Thanks, Andrew, and good morning. Starting on slide 18, we've made excellent progress on our acquisitions of Raina Silver and Prime Mining, with both transactions now closed and integration efforts well underway. Early exploration work has commenced at Griffin and Batopilas, two of the four assets we acquired through Rain of Silver. At both assets, we're completing target definition work to assess and rank targets to be drilled in 2026. This assessment will be based on results from geochemistry, geophysics, and remote sensing work, with teams already on the ground at both assets. We expect to invest around $10 million across the four properties from Rain of Silver in 2026. At Los Reyes, The development stage project we acquired through the acquisition of Prime Mining. Work on the preliminary economic assessment is underway following closing the transaction in October. With enough drilling done today to advance the PEA, we are tracking for completion by mid-next year. We expect to invest about $10 million in drilling at Los Rios in 2026, plus additional dollars to complete the PEA and kick off a pre-feasibility study. Lastly, on slide 19, summarizes the drilling results from the ELG underground press release we put out last month. Drilling was focused on the L.E. Monceur and sub-silt trends, and additionally uncovered two second-order structures running parallel to both these trends. These new trends appear to have acted as conduits for mineralizing fluids and have extended mineralization both laterally and vertically, supporting our target of expanding resources at the deposit year after year. This discovery only underscores that we've yet to unlock the full potential of ELG Underground, a deposit where we firmly believe we can continue to extend mine life and expand resources year after year for many years to come. With that, I'll turn the call back over to the operator for any questions.
We will now begin the question and answer session. To join the question queue, you may press star then one on your telephone keypad. You will hear a tone acknowledging your request. If you're using a speakerphone, please pick up your handset before pressing any keys.
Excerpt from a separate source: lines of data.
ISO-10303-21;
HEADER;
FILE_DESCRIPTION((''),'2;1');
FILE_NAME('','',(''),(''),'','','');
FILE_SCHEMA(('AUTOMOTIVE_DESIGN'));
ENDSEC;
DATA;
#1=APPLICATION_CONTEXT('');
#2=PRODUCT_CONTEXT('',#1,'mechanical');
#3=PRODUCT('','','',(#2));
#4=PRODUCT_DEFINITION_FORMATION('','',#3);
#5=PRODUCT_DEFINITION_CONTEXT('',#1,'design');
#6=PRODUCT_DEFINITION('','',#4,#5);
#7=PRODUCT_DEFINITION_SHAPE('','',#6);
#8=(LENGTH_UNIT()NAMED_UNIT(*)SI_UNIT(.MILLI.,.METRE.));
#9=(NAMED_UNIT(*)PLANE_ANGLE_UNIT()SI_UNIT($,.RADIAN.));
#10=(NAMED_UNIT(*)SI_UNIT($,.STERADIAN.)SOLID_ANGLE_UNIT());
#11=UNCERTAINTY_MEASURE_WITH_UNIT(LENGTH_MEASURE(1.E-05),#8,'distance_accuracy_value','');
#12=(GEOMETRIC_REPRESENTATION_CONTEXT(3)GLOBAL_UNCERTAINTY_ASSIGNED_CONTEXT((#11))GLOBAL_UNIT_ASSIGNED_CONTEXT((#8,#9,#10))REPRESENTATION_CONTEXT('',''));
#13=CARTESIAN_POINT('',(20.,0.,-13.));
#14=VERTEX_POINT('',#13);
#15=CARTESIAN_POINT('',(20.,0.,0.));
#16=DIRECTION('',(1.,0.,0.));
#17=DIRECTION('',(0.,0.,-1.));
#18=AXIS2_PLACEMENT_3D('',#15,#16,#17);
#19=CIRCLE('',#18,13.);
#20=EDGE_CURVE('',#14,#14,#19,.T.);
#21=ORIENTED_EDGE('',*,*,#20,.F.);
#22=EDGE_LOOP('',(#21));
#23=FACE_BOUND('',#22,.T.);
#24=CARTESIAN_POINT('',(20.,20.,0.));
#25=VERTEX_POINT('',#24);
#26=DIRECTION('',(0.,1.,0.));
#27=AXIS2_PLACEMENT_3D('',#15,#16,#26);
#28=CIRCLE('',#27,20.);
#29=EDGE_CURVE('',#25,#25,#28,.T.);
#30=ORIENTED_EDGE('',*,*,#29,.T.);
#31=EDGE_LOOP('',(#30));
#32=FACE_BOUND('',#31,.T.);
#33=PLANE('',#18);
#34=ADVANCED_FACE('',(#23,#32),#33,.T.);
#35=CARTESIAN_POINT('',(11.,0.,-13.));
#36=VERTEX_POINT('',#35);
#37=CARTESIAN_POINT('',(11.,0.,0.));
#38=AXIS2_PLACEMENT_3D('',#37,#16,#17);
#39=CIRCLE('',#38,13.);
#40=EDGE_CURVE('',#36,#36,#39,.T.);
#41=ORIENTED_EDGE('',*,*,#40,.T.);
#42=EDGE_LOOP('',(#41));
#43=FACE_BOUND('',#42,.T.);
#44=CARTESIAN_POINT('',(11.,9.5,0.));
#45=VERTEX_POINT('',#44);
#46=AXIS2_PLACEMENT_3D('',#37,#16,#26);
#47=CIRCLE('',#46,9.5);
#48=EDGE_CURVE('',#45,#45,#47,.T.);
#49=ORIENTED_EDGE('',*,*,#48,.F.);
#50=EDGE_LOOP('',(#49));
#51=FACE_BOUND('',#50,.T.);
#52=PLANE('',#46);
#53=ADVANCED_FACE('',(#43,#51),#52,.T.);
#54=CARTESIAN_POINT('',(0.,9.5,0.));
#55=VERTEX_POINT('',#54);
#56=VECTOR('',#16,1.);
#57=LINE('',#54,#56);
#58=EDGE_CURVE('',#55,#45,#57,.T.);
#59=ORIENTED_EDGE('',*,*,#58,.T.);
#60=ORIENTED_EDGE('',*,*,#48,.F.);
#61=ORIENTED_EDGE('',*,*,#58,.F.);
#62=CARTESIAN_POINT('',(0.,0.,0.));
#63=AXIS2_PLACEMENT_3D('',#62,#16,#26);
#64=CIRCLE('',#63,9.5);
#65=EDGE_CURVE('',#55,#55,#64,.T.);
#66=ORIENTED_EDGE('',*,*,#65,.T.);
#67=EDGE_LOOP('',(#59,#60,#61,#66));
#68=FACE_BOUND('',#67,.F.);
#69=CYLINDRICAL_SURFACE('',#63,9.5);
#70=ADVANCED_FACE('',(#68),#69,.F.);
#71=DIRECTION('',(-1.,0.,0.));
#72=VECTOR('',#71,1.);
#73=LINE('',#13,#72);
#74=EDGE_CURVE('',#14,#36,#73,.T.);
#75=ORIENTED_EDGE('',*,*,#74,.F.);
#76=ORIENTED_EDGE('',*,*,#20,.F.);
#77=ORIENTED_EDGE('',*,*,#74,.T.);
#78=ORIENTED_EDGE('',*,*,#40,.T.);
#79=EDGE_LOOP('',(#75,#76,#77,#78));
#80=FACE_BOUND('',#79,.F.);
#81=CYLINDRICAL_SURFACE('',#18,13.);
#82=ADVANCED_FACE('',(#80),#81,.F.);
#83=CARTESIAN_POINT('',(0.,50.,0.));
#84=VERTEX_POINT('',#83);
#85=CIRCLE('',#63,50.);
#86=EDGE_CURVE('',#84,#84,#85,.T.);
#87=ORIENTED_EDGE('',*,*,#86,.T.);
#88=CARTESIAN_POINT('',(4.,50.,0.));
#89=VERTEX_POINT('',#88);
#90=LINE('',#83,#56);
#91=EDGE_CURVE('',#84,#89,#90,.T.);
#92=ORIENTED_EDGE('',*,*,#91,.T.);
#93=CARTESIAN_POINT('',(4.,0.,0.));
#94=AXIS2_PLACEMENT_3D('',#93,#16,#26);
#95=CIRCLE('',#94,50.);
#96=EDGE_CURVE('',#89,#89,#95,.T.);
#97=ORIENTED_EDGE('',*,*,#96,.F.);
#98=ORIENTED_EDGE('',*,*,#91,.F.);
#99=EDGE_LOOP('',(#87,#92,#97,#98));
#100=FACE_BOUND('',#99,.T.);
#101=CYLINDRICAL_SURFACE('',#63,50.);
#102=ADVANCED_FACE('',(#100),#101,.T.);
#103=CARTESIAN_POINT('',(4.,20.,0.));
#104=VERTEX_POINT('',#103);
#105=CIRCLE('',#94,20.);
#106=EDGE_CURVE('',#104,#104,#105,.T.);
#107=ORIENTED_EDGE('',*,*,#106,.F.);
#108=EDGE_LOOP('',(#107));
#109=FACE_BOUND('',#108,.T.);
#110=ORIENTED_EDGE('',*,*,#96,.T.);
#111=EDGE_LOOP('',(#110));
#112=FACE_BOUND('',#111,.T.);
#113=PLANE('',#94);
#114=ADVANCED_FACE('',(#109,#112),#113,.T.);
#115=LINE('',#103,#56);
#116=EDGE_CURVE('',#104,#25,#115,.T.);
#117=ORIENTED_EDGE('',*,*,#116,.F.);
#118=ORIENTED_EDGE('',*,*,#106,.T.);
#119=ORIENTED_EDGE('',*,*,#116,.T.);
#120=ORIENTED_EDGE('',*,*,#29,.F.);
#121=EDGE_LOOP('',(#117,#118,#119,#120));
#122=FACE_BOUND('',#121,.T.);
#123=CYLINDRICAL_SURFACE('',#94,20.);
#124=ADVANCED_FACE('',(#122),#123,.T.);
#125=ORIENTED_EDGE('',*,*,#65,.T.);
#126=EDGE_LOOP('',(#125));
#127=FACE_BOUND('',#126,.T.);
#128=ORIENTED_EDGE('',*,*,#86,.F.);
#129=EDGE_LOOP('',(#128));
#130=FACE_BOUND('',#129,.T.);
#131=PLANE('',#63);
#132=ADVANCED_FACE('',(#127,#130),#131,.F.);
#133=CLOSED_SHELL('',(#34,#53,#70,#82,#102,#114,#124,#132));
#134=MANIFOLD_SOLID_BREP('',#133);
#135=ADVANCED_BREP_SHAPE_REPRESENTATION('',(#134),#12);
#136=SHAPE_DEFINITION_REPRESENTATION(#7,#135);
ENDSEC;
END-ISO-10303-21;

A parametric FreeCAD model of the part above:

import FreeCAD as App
import Part
import Sketcher
from FreeCAD import Vector
Q = App.Units.Quantity


def add_polygon(sketch, points):
    """Adds a closed chain of lines whose ends are joined by coincident constraints."""
    first, n = sketch.GeometryCount, len(points)
    for a, b in zip(points, points[1:] + points[:1]):
        sketch.addGeometry(Part.LineSegment(App.Vector(*a, 0), App.Vector(*b, 0)), False)
    for i in range(n):
        sketch.addConstraint(Sketcher.Constraint("Coincident", first + i, 2, first + (i + 1) % n, 1))

doc = App.newDocument("Part")
params = doc.addObject("Spreadsheet::Sheet", "Params")
for row, (alias, value) in enumerate([
    ("sketch1_width", "9 mm"),
    ("sketch1_width2", "4 mm"),
    ("revolution_angle", "360 deg"),
    ("sketch2_diameter", "26 mm"),
    ("sketch2_diameter2", "27.85 mm"),
    ("pad1_length", "9 mm"),
], start=1):
    params.set(f"A{row}", alias)
    params.set(f"B{row}", "=" + value)
    params.setAlias(f"B{row}", alias)

body = doc.addObject("PartDesign::Body", "Body")

# Sketch on XY plane
sketch1 = body.newObject("Sketcher::SketchObject", "Sketch")
sketch1.AttachmentSupport = (doc.getObject("XY_Plane"), [""])
sketch1.MapMode = "FlatFace"
add_polygon(sketch1, [(0, 50), (0, 9.5), (11, 9.5), (11, 13.9), (20, 13.9), (20, 20), (4, 20), (4, 50)])  # lines 0-7
sketch1.addConstraint([
    Sketcher.Constraint("Vertical", 0),
    Sketcher.Constraint("Horizontal", 1),
    Sketcher.Constraint("Vertical", 2),
    Sketcher.Constraint("Horizontal", 3),
    Sketcher.Constraint("Vertical", 4),
    Sketcher.Constraint("Horizontal", 5),
    Sketcher.Constraint("Vertical", 6),
    Sketcher.Constraint("Horizontal", 7),
    Sketcher.Constraint("PointOnObject", 0, 2, -2),
    Sketcher.Constraint("DistanceX", 3, 1, 3, 2, Q("9 mm")),
    Sketcher.Constraint("DistanceX", 7, 2, 7, 1, Q("4 mm")),
    Sketcher.Constraint("DistanceX", -1, 1, 3, 2, Q("20 mm")),
    Sketcher.Constraint("DistanceY", -1, 1, 4, 2, Q("20 mm")),
    Sketcher.Constraint("DistanceY", -1, 1, 6, 2, Q("50 mm")),
    Sketcher.Constraint("DistanceY", -1, 1, 0, 2, Q("9.5 mm")),
    Sketcher.Constraint("DistanceY", -1, 1, 2, 2, Q("13.925 mm")),
])
sketch1.setExpression("Constraints[17]", "Params.sketch1_width")
sketch1.setExpression("Constraints[18]", "Params.sketch1_width2")
revolution = body.newObject("PartDesign::Revolution", "Revolution")
revolution.Profile = sketch1
revolution.ReferenceAxis = (sketch1, ["H_Axis"])
revolution.setExpression("Angle", "Params.revolution_angle")

# Sketch on YZ plane
sketch2 = body.newObject("Sketcher::SketchObject", "Sketch001")
sketch2.AttachmentSupport = (doc.getObject("YZ_Plane"), [""])
sketch2.MapMode = "FlatFace"
sketch2.AttachmentOffset = App.Placement(Vector(0, 0, 20), App.Rotation())
sketch2.addGeometry([
    Part.Circle(Vector(0, 0, 0), Vector(0, 0, 1), 14),
    Part.Circle(Vector(0, 0, 0), Vector(0, 0, 1), 13),
], False)
sketch2.addConstraint([
    Sketcher.Constraint("Coincident", 0, 3, -1, 1),
    Sketcher.Constraint("Coincident", 1, 3, -1, 1),
    Sketcher.Constraint("Diameter", 1, Q("26 mm")),
    Sketcher.Constraint("Diameter", 0, Q("27.85 mm")),
])
sketch2.setExpression("Constraints[2]", "Params.sketch2_diameter")
sketch2.setExpression("Constraints[3]", "Params.sketch2_diameter2")
pad1 = body.newObject("PartDesign::Pad", "Pad")
pad1.Profile = sketch2
pad1.setExpression("Length", "Params.pad1_length")
pad1.Reversed = True

doc.recompute()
To withdraw your question, please press star then two. We will pause for a moment as callers join the queue. The first question comes from Cosmos Chiu with CIBC. Please go ahead.
Hi, thanks Jody and team. Maybe my first question is on your return to capital strategy here. Great to see that you've put in an inaugural dividend of Canadian 15 cents per share. But maybe if I could ask, how did you come up with that number? How did you come up with that level? To me, it calculates to about a 1% dividend yield. Was that something that you were striving towards?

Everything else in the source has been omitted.